The discipline of time alone with God should not be looked at as another thing to put on your “to do” list. This attitude will only lead to resentment from the added pressure that it produces. It should be viewed as a gift from a gracious and kind God. He cares so much for you and me that He is not just interested in our accomplishments but also in shepherding our hearts.
Reference: A Journey to Victorious Praying, Moody Publishers, 2003, p. 115-116. Get this book!
In the morning - this is the fittest time for intercourse with God. An hour in the morning is worth two in the evening. While the dew is on the grass, let grace drop upon the soul. Let us give to God the mornings of our days and the morning of our lives. Prayer should be the key of the day and the lock of the night.
Reference: Treasury of David, Commentary for Psalm 5:3.
For my own part, I tend to find the doctrinal books often more helpful in devotion than the devotional books, and I rather suspect that the same experience may await others. I believe that many who find that "nothing happens" when they sit down, or kneel down, to a book of devotion, would find that the heart sings unbidden while they are working their way through a tough bit of theology.
In the silences I make in the midst of the turmoil of life I have appointments with God. From these silences I come forth with spirit refreshed, and with a renewed sense of power. I hear a voice in the silences, and become increasingly aware that it is the voice of God.
Give yourself to prayer, to reading and meditation on divine truths: strive to penetrate to the bottom of them and never be content with a superficial knowledge.
Reference: Mr. Brainerd's Remains, consisting of Letters and Other Papers, Letters to His Friends, Letter IX.
I used to write in my daily calendar “7-7:30 a.m.: Prayer.” But many times I passed that up. It was one more thing to pass by that day. Now I write “7-7:30 a.m.: God.” Somehow that's a little harder to neglect.
Reference: From the files of Leadership.
The men who have done the most for God in this world have been early on their knees. He who fritters away the early morning, its opportunity and freshness, in other pursuits than seeking God will make poor headway seeking Him the rest of the day. If God is not first in our thoughts and efforts in the morning, He will be in the last place the remainder of the day.
What you do when you spend time with God is not nearly so important as that you spend time with God. Spiritual growth is not the result of a dramatic experience, but a lot of small steps. You cannot be changed by one experience into spiritual maturity any more than you can become a full-grown adult by eating one meal… Think of spending time with God as one meal in the whole plan of your spiritual nutrition. If you are doing something that isn't satisfying your spiritual hunger, then change your diet. But whatever you do – don't give up eating.
Reference: The Book of Ephesians, AMG Publishers, 2003, p. 39.

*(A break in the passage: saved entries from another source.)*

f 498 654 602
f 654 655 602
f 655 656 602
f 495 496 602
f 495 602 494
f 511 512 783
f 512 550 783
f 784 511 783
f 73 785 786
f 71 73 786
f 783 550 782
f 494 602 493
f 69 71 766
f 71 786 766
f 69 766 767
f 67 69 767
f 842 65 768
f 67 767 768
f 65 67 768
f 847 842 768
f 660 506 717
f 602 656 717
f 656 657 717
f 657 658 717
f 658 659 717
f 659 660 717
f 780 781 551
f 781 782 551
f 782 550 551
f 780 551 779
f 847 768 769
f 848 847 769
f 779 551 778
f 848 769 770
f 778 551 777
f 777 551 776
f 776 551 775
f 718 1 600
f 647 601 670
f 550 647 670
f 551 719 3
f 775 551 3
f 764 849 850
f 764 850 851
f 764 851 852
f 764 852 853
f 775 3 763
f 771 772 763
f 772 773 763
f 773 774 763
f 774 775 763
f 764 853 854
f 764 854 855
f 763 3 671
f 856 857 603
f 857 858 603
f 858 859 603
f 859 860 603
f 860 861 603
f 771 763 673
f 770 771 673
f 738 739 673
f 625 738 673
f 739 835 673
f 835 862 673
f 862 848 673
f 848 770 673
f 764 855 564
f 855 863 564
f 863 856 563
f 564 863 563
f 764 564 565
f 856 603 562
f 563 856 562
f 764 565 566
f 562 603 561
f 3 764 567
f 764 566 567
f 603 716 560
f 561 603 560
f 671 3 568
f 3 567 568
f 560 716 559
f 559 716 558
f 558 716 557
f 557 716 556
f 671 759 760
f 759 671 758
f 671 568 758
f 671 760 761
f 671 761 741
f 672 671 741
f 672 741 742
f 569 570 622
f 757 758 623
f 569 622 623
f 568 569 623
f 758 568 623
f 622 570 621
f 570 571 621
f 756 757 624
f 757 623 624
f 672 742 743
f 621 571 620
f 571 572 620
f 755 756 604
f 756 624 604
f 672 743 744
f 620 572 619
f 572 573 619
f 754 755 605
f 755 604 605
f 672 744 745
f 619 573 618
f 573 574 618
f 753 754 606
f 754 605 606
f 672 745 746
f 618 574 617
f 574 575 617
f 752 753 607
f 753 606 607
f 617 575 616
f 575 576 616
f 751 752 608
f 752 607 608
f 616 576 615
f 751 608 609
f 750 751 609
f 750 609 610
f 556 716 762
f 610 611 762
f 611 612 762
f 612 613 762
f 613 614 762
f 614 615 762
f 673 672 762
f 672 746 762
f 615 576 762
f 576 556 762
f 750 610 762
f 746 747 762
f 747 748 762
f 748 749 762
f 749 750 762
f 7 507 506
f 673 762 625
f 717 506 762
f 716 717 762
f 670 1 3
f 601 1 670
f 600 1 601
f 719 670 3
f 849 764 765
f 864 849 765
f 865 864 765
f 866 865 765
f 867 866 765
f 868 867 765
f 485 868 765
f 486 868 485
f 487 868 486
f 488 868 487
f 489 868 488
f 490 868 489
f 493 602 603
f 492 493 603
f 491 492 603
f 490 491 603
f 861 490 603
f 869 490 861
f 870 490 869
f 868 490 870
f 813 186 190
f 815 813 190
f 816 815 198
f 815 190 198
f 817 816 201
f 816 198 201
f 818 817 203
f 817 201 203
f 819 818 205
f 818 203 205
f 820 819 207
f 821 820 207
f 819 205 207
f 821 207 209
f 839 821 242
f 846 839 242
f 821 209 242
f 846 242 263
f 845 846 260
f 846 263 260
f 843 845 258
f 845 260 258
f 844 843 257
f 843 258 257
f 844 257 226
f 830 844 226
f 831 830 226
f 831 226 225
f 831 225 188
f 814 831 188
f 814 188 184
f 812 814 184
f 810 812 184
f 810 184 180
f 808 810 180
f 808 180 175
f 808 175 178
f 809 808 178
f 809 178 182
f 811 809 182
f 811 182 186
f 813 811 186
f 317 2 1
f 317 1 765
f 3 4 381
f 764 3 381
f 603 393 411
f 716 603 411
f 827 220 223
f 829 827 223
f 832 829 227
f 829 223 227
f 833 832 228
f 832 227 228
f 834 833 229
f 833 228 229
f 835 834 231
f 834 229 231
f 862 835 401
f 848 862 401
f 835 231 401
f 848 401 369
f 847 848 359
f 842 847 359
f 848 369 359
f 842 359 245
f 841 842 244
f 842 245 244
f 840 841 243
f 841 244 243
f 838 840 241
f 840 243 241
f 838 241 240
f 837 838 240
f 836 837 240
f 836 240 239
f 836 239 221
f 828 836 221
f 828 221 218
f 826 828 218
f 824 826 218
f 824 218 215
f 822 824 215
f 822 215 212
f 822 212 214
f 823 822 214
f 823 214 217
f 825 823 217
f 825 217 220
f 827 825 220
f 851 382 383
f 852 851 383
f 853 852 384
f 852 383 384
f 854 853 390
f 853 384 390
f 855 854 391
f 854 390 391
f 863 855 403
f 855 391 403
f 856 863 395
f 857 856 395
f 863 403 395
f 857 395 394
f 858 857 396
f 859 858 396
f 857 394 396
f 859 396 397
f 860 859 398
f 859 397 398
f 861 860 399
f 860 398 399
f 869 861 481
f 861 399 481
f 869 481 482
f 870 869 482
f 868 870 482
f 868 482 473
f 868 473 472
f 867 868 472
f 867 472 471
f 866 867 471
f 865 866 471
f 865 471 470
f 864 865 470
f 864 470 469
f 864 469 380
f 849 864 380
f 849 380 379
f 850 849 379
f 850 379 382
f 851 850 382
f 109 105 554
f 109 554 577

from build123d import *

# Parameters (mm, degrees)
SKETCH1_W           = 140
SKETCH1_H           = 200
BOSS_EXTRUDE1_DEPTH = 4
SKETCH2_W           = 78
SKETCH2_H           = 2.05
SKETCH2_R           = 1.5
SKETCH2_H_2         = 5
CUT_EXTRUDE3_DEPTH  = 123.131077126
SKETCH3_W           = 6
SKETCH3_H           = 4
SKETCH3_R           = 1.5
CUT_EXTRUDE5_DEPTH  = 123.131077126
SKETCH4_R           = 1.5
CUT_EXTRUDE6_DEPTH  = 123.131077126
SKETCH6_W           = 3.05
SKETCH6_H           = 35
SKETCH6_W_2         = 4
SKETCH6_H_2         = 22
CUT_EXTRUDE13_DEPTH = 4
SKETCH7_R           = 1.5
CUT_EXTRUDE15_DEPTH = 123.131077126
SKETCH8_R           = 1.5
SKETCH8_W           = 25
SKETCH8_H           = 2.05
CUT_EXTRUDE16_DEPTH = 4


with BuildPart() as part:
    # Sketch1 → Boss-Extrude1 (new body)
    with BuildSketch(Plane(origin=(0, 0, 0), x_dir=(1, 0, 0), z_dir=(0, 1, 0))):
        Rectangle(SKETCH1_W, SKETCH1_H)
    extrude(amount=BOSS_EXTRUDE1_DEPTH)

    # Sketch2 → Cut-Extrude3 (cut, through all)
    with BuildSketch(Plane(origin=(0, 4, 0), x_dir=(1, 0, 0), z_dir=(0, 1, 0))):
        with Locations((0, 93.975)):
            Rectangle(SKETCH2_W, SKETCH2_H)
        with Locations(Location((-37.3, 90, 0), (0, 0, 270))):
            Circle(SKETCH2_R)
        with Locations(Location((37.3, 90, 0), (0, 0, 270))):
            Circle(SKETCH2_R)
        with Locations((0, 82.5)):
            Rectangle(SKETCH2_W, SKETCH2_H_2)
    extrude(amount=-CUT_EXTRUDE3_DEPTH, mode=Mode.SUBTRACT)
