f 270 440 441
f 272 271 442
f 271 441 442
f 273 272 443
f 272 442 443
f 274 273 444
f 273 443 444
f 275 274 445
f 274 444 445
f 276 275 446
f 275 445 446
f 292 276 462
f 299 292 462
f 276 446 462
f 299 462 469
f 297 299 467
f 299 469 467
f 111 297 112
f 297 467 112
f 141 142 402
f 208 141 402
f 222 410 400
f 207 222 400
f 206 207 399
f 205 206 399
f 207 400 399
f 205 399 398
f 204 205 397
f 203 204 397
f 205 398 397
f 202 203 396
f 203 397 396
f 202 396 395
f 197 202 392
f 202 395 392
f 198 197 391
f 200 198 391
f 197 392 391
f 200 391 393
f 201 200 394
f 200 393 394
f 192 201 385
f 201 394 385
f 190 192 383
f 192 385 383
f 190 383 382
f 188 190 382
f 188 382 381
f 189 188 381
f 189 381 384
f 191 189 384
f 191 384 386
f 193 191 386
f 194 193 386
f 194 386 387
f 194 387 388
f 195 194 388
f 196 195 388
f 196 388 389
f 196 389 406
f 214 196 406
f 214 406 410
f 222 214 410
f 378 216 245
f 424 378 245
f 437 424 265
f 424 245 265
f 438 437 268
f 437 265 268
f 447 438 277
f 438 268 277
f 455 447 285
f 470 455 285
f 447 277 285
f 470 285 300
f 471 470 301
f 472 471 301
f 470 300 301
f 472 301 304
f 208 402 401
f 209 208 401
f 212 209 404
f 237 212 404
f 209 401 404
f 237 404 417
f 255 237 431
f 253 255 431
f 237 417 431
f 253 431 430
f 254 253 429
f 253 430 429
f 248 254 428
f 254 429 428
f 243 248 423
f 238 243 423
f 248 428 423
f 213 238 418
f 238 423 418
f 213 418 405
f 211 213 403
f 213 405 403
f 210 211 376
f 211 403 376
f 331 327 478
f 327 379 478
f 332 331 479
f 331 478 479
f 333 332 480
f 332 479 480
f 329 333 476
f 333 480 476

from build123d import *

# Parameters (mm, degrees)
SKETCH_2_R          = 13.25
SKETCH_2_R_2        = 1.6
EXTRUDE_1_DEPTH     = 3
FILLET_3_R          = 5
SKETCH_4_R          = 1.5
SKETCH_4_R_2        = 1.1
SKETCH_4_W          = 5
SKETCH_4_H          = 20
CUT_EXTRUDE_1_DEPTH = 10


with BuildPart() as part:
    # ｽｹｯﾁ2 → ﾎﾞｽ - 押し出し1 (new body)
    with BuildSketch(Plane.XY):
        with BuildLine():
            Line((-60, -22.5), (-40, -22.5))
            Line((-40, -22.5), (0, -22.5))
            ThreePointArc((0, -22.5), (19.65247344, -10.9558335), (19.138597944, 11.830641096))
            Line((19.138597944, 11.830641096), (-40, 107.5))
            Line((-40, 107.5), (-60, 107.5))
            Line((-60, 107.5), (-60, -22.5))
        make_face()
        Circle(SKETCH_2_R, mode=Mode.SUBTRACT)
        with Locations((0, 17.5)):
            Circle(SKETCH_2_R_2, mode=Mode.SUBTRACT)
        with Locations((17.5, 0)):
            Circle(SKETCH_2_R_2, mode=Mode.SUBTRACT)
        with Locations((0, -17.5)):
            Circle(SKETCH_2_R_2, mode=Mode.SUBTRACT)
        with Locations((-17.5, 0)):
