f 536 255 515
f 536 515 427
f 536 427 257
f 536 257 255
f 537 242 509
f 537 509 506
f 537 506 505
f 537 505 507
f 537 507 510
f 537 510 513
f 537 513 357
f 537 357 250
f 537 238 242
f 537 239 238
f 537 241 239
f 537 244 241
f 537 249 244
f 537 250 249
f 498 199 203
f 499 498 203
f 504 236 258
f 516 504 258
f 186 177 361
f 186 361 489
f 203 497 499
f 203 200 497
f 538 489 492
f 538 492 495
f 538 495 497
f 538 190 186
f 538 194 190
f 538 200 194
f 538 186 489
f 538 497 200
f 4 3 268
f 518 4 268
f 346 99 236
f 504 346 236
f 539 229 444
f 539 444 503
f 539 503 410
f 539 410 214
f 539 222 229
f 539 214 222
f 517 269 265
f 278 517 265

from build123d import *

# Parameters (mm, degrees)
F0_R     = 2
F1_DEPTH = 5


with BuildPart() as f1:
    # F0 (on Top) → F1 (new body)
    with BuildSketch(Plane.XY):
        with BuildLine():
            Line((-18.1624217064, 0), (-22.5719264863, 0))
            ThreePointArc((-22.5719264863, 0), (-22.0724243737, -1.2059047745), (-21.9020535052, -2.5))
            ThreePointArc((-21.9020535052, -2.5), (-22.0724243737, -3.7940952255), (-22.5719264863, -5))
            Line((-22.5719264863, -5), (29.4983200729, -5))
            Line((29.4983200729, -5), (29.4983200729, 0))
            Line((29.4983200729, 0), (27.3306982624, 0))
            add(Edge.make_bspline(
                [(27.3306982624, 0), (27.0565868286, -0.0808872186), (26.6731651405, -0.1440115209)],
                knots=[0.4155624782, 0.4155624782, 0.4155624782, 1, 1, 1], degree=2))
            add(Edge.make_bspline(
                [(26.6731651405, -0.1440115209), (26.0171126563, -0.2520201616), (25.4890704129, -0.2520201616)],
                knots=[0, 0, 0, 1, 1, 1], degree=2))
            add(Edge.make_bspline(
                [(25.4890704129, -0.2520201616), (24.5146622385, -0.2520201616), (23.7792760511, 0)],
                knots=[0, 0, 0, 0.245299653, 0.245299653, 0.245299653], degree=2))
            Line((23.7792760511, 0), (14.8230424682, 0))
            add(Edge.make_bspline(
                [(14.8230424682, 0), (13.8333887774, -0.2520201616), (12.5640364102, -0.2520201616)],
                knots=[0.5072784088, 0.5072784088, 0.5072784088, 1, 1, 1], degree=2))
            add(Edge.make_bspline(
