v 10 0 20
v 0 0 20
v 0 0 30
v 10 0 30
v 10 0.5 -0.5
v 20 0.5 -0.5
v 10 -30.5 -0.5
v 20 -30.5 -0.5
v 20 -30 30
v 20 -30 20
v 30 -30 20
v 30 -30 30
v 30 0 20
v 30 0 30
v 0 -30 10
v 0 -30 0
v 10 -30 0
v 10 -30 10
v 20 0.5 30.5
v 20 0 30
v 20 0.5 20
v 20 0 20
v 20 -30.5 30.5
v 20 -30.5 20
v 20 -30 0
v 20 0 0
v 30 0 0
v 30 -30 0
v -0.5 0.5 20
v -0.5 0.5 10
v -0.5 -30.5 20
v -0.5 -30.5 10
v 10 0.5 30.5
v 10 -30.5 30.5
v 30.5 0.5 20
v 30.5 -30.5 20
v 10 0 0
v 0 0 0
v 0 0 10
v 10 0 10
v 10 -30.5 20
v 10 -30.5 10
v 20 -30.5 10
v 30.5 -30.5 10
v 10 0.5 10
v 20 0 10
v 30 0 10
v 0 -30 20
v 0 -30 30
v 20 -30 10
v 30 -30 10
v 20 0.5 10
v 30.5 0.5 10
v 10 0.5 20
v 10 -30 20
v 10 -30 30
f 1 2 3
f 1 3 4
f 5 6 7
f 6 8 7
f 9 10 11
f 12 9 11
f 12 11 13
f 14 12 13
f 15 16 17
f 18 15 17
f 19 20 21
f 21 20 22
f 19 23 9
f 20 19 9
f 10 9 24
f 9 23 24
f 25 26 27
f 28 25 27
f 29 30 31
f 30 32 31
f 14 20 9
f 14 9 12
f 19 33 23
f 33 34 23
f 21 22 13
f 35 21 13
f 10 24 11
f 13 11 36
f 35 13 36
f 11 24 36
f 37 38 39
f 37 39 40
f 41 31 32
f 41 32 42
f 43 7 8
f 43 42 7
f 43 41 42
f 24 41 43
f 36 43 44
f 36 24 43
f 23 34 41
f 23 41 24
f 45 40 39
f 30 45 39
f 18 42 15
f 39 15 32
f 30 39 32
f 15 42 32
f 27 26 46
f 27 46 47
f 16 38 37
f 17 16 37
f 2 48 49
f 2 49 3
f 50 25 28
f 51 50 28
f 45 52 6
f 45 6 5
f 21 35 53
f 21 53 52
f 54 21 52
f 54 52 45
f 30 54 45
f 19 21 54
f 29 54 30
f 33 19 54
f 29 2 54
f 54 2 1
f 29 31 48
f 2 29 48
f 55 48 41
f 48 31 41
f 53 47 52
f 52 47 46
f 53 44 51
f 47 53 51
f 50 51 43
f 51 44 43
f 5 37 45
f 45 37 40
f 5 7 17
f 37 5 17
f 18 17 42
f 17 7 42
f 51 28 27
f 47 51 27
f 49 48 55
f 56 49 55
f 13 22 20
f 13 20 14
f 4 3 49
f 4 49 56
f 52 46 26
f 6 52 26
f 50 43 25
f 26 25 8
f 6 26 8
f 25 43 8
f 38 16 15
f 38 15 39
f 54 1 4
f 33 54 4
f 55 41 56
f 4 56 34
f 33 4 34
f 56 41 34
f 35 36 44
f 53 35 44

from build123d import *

# Parameters (mm, degrees)
F0_W      = 30
F0_H      = 30
F1_DEPTH  = 30
F2_W      = 10
F2_H      = 30
F3_DEPTH  = 0.5
F4_W      = 30
F4_H      = 10
F5_DEPTH  = 0.5
F6_W      = 30
F6_H      = 10
F7_DEPTH  = 0.5
F8_W      = 10
F8_H      = 30
F9_DEPTH  = 0.5
F11_DEPTH = 0.5
F13_DEPTH = 0.5


with BuildPart() as f1:
    # F0 (on Top) → F1 (new body)
    with BuildSketch(Plane.XY):
        with Locations((15, -15)):
            Rectangle(F0_W, F0_H)
    extrude(amount=F1_DEPTH)

    # F2 (on face) → F3 (join)
    with BuildSketch(Plane.XY.offset(30)):
        with Locations((15, -15)):
            Rectangle(F2_W, F2_H)
    extrude(amount=F3_DEPTH)

    # F4 (on face) → F5 (join)
    with BuildSketch(Plane(origin=(0, 0, 0), x_dir=(0, -1, 0), z_dir=(-1, 0, 0))):
        with Locations((15, 15)):
            Rectangle(F4_W, F4_H)
    extrude(amount=F5_DEPTH)

    # F6 (on face) → F7 (join)
    with BuildSketch(Plane.YZ.offset(30)):
        with Locations((-15, 15)):
            Rectangle(F6_W, F6_H)
    extrude(amount=F7_DEPTH)

    # F8 (on face) → F9 (join)
    with BuildSketch(Plane(origin=(0, 0, 0), x_dir=(1, 0, 0), z_dir=(0, 0, -1))):
        with Locations((15, 15)):
            Rectangle(F8_W, F8_H)
    extrude(amount=F9_DEPTH)

    # F10 (on face) → F11 (join)
    with BuildSketch(Plane.XZ.offset(30)):
        Polygon((10, -0.5), (20, -0.5), (20, 0), (20, 10), (30, 10), (30.5, 10), (30.5, 20), (30, 20), (20, 20), (20, 30), (20, 30.5), (10, 30.5), (10, 30), (10, 20), (0, 20), (-0.5, 20), (-0.5, 10), (0, 10), (10, 10), (10, 0), align=None)
    extrude(amount=F11_DEPTH)

    # F12 (on face) → F13 (join)
    with BuildSketch(Plane(origin=(0, 0, 0), x_dir=(-1, 0, 0), z_dir=(0, 1, 0))):
        Polygon((-20, 10), (-20, -0.5), (-10, -0.5), (-10, 10), (0.5, 10), (0.5, 20), (-10, 20), (-10, 30.5), (-20, 30.5), (-20, 20), (-30.5, 20), (-30.5, 10), align=None)
    extrude(amount=F13_DEPTH)


solid = f1.part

The primary business I must attend to every day is to fellowship with the Lord. The first concern is not how much I might serve the Lord, but how my inner man might be nourished. I may share the truth with the unconverted; I may try to encourage believers; I may relieve the distressed; or I may, in other ways, seek to behave as a child of God; yet, not being happy in the Lord and not being nourished and strengthened in my inner man day by day, may result in this work being done in a wrong spirit.
Reference: The Autobiography of George Muller, 1984, p. 138-139. All quotations taken from books published by Whitaker House are used with permission of the publisher. Whitaker House books are available at Christian bookstores everywhere. Get this book!
I saw more clearly than ever, that the first great and primary business to which I ought to attend every day was, to have my soul happy in the Lord. The first thing to be concerned about was not, how much I might serve the Lord, how I might glorify the Lord; but how I might get my soul into a happy state, and how my inner man might be nourished. For I might seek to set the truth before the unconverted, I might seek to benefit believers, I might seek to relieve the distressed, I might in other ways seek to behave myself as it becomes a child of God in this world; and yet, not being happy in the Lord, and not being nourished and strengthened in my inner man day by day, all this might not be attended to in a right spirit.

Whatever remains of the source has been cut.